Now, I was able to guess a wave function $\displaystyle \psi (x) = \sin (x) - \frac{1}{4}\sin (2x) + \frac{1}{16}\sin (3x)$, for which the potential is

$\displaystyle V(x) = -\frac{\hbar^2}{2m}\frac{\sin(x) - \sin (2x) + \frac{9}{16}\sin (3x)}{\sin (x) - \frac{1}{4}\sin (2x) + \frac{1}{16}\sin (3x)}$

(when the energy eigenvalue is arbitrarily set to $E=0$)

and for which the graphs of $\displaystyle\psi (x)$ (red line) and $\displaystyle V(x)$ (blue line) are like in the image (where it is set that $\hbar^2 /2m = 1$)

The plane wave part of the Bloch wave function, $\displaystyle e^{iax}$, is just a constant $1$ in this case, which means that $a=0$.

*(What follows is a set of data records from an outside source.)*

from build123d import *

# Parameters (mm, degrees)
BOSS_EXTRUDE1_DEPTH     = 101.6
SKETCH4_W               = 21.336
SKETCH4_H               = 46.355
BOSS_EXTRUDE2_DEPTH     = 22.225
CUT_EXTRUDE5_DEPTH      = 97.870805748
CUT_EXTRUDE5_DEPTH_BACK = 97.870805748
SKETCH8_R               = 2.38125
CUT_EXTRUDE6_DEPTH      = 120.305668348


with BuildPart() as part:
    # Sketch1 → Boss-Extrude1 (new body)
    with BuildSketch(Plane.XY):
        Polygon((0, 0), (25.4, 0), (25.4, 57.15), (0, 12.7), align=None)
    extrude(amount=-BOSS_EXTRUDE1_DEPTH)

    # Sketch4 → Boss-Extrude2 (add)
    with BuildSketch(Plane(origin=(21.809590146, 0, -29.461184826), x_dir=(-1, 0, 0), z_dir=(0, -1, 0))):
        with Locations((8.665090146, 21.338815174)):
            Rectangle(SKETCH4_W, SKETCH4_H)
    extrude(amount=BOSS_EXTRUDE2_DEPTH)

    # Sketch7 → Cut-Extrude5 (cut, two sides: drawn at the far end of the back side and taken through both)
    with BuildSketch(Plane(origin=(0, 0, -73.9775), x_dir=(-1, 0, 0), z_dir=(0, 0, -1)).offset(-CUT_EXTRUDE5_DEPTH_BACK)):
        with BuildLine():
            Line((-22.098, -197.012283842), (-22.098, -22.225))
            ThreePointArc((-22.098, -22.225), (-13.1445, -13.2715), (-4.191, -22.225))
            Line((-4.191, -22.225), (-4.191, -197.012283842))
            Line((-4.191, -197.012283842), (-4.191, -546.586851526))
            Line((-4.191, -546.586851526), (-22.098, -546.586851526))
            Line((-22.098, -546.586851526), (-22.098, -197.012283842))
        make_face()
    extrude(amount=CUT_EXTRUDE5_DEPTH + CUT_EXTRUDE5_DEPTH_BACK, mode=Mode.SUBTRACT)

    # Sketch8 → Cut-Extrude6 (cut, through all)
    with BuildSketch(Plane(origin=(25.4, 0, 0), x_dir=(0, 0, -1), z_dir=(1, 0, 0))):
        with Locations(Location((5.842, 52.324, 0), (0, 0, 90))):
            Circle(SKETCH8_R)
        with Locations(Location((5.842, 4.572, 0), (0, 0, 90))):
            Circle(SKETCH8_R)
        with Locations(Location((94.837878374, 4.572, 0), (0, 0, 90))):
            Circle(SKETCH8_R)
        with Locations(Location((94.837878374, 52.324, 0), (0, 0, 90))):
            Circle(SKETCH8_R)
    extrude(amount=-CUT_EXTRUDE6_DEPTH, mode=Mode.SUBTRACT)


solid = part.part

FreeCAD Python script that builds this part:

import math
import FreeCAD as App
import Part
import Sketcher
Q = App.Units.Quantity

doc = App.newDocument("Part")
body = doc.addObject("PartDesign::Body", "Body")

# Sketch on XY plane
sketch1 = doc.addObject("Sketcher::SketchObject", "Sketch")
body.addObject(sketch1)
sketch1.AttachmentSupport = (doc.XY_Plane, [""])
sketch1.MapMode = "FlatFace"
sketch1.addGeometry([
    Part.LineSegment(App.Vector(0, 0, 0), App.Vector(25, 0, 0)),
    Part.LineSegment(App.Vector(25, 0, 0), App.Vector(25, 57, 0)),
    Part.LineSegment(App.Vector(25, 57, 0), App.Vector(0, 13, 0)),
    Part.LineSegment(App.Vector(0, 13, 0), App.Vector(0, 0, 0)),
], False)
sketch1.addConstraint([
    Sketcher.Constraint("Coincident", 0, 2, 1, 1),
    Sketcher.Constraint("Coincident", 1, 2, 2, 1),
    Sketcher.Constraint("Coincident", 2, 2, 3, 1),
    Sketcher.Constraint("Coincident", 3, 2, 0, 1),
    Sketcher.Constraint("Horizontal", 0),
    Sketcher.Constraint("Vertical", 1),
    Sketcher.Constraint("Vertical", 3),
    Sketcher.Constraint("Coincident", 3, 2, -1, 1),
    Sketcher.Constraint("DistanceX", 0, 1, 0, 2, Q("1 in")),
    Sketcher.Constraint("DistanceY", 3, 2, 3, 1, Q("0.5 in")),
    Sketcher.Constraint("DistanceY", 1, 1, 1, 2, Q("2.25 in")),
])
pad1 = doc.addObject("PartDesign::Pad", "Pad")
body.addObject(pad1)
pad1.Profile = sketch1
pad1.Length = Q("4 in")
pad1.Reversed = True

# Sketch on XZ plane
sketch2 = doc.addObject("Sketcher::SketchObject", "Sketch001")
body.addObject(sketch2)
sketch2.AttachmentSupport = (doc.XZ_Plane, [""])
sketch2.MapMode = "FlatFace"
sketch2.addGeometry([
    Part.LineSegment(App.Vector(24, -74, 0), App.Vector(24, -28, 0)),
    Part.LineSegment(App.Vector(24, -28, 0), App.Vector(2, -28, 0)),
    Part.LineSegment(App.Vector(2, -28, 0), App.Vector(2, -74, 0)),
    Part.LineSegment(App.Vector(2, -74, 0), App.Vector(24, -74, 0)),
], False)
sketch2.addConstraint([
    Sketcher.Constraint("Coincident", 0, 2, 1, 1),
    Sketcher.Constraint("Coincident", 1, 2, 2, 1),
    Sketcher.Constraint("Coincident", 2, 2, 3, 1),
    Sketcher.Constraint("Coincident", 3, 2, 0, 1),
    Sketcher.Constraint("Vertical", 0),
    Sketcher.Constraint("Horizontal", 1),
    Sketcher.Constraint("Vertical", 2),
    Sketcher.Constraint("Horizontal", 3),
    Sketcher.Constraint("DistanceX", 1, 2, 1, 1, Q("0.84 in")),
    Sketcher.Constraint("DistanceY", 0, 1, 0, 2, Q("1.825 in")),
    Sketcher.Constraint("DistanceX", -1, 1, 0, 2, Q("0.9375 in")),
    Sketcher.Constraint("DistanceY", 0, 2, -1, 1, Q("1.0875 in")),
])
pad2 = doc.addObject("PartDesign::Pad", "Pad001")
body.addObject(pad2)
pad2.Profile = sketch2
pad2.Length = Q("0.875 in")

# Sketch on XY plane
sketch3 = doc.addObject("Sketcher::SketchObject", "Sketch002")
body.addObject(sketch3)
sketch3.AttachmentSupport = (doc.XY_Plane, [""])
sketch3.MapMode = "FlatFace"
sketch3.AttachmentOffset = App.Placement(App.Vector(0, 0, -2.9125 * 25.4), App.Rotation())
sketch3.addGeometry([
    Part.ArcOfCircle(Part.Circle(App.Vector(13, -22, 0), App.Vector(0, 0, 1), 9), math.radians(0), math.radians(180)),
    Part.LineSegment(App.Vector(22, -22, 0), App.Vector(22, -547, 0)),
    Part.LineSegment(App.Vector(22, -547, 0), App.Vector(4, -547, 0)),
    Part.LineSegment(App.Vector(4, -547, 0), App.Vector(4, -22, 0)),
], False)
sketch3.addConstraint([
    Sketcher.Constraint("Tangent", 0, 1, 1, 1),
    Sketcher.Constraint("Coincident", 1, 2, 2, 1),
    Sketcher.Constraint("Coincident", 2, 2, 3, 1),
    Sketcher.Constraint("Tangent", 3, 2, 0, 2),
    Sketcher.Constraint("Vertical", 1),
    Sketcher.Constraint("Horizontal", 2),
    Sketcher.Constraint("Vertical", 3),
    Sketcher.Constraint("Radius", 0, Q("0.3525 in")),
    Sketcher.Constraint("DistanceX", -1, 1, 0, 1, Q("0.87 in")),
    Sketcher.Constraint("DistanceY", 0, 3, -1, 1, Q("0.875 in")),
    Sketcher.Constraint("DistanceY", 1, 2, 1, 1, 524.361852),
])
pocket1 = doc.addObject("PartDesign::Pocket", "Pocket")
body.addObject(pocket1)
pocket1.Profile = sketch3
pocket1.Type = "ThroughAll"
pocket1.Midplane = True

# Sketch on YZ plane
sketch4 = doc.addObject("Sketcher::SketchObject", "Sketch003")
body.addObject(sketch4)
sketch4.AttachmentSupport = (doc.YZ_Plane, [""])
sketch4.MapMode = "FlatFace"
sketch4.AttachmentOffset = App.Placement(App.Vector(0, 0, 1 * 25.4), App.Rotation())
sketch4.addGeometry([
    Part.Circle(App.Vector(52.3, -5.8, 0), App.Vector(0, 0, 1), 2.4),
    Part.Circle(App.Vector(4.6, -5.8, 0), App.Vector(0, 0, 1), 2.4),
    Part.Circle(App.Vector(4.6, -94.8, 0), App.Vector(0, 0, 1), 2.4),
    Part.Circle(App.Vector(52.3, -94.8, 0), App.Vector(0, 0, 1), 2.4),
], False)
sketch4.addConstraint([
    Sketcher.Constraint("Equal", 0, 1),
    Sketcher.Constraint("Equal", 1, 2),
    Sketcher.Constraint("Equal", 2, 3),
    Sketcher.Constraint("Horizontal", 0, 3, 1, 3),
    Sketcher.Constraint("Horizontal", 2, 3, 3, 3),
    Sketcher.Constraint("Vertical", 1, 3, 2, 3),
    Sketcher.Constraint("Vertical", 0, 3, 3, 3),
    Sketcher.Constraint("Diameter", 0, Q("0.1875 in")),
    Sketcher.Constraint("DistanceX", -1, 1, 0, 3, Q("2.06 in")),
    Sketcher.Constraint("DistanceY", 0, 3, -1, 1, Q("0.23 in")),
    Sketcher.Constraint("DistanceX", -1, 1, 1, 3, Q("0.18 in")),
    Sketcher.Constraint("DistanceY", 2, 3, -1, 1, 94.837878),
])
pocket2 = doc.addObject("PartDesign::Pocket", "Pocket001")
body.addObject(pocket2)
pocket2.Profile = sketch4
pocket2.Type = "ThroughAll"

doc.recompute()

Had I chosen $\displaystyle \psi (x) = \sin (x) + \sin (2x) + \sin (3x)$, the potential $V(x)$ would have singular points and not look like a physically possible one.

So, anyone have clues on how it could be seen from the coefficients $C_k$ of $\displaystyle\psi (x) = \sum\limits_{k=1}^{\infty}C_k \sin (k x)$ whether the potential energy producing that eigenstate is also a 'nice' function?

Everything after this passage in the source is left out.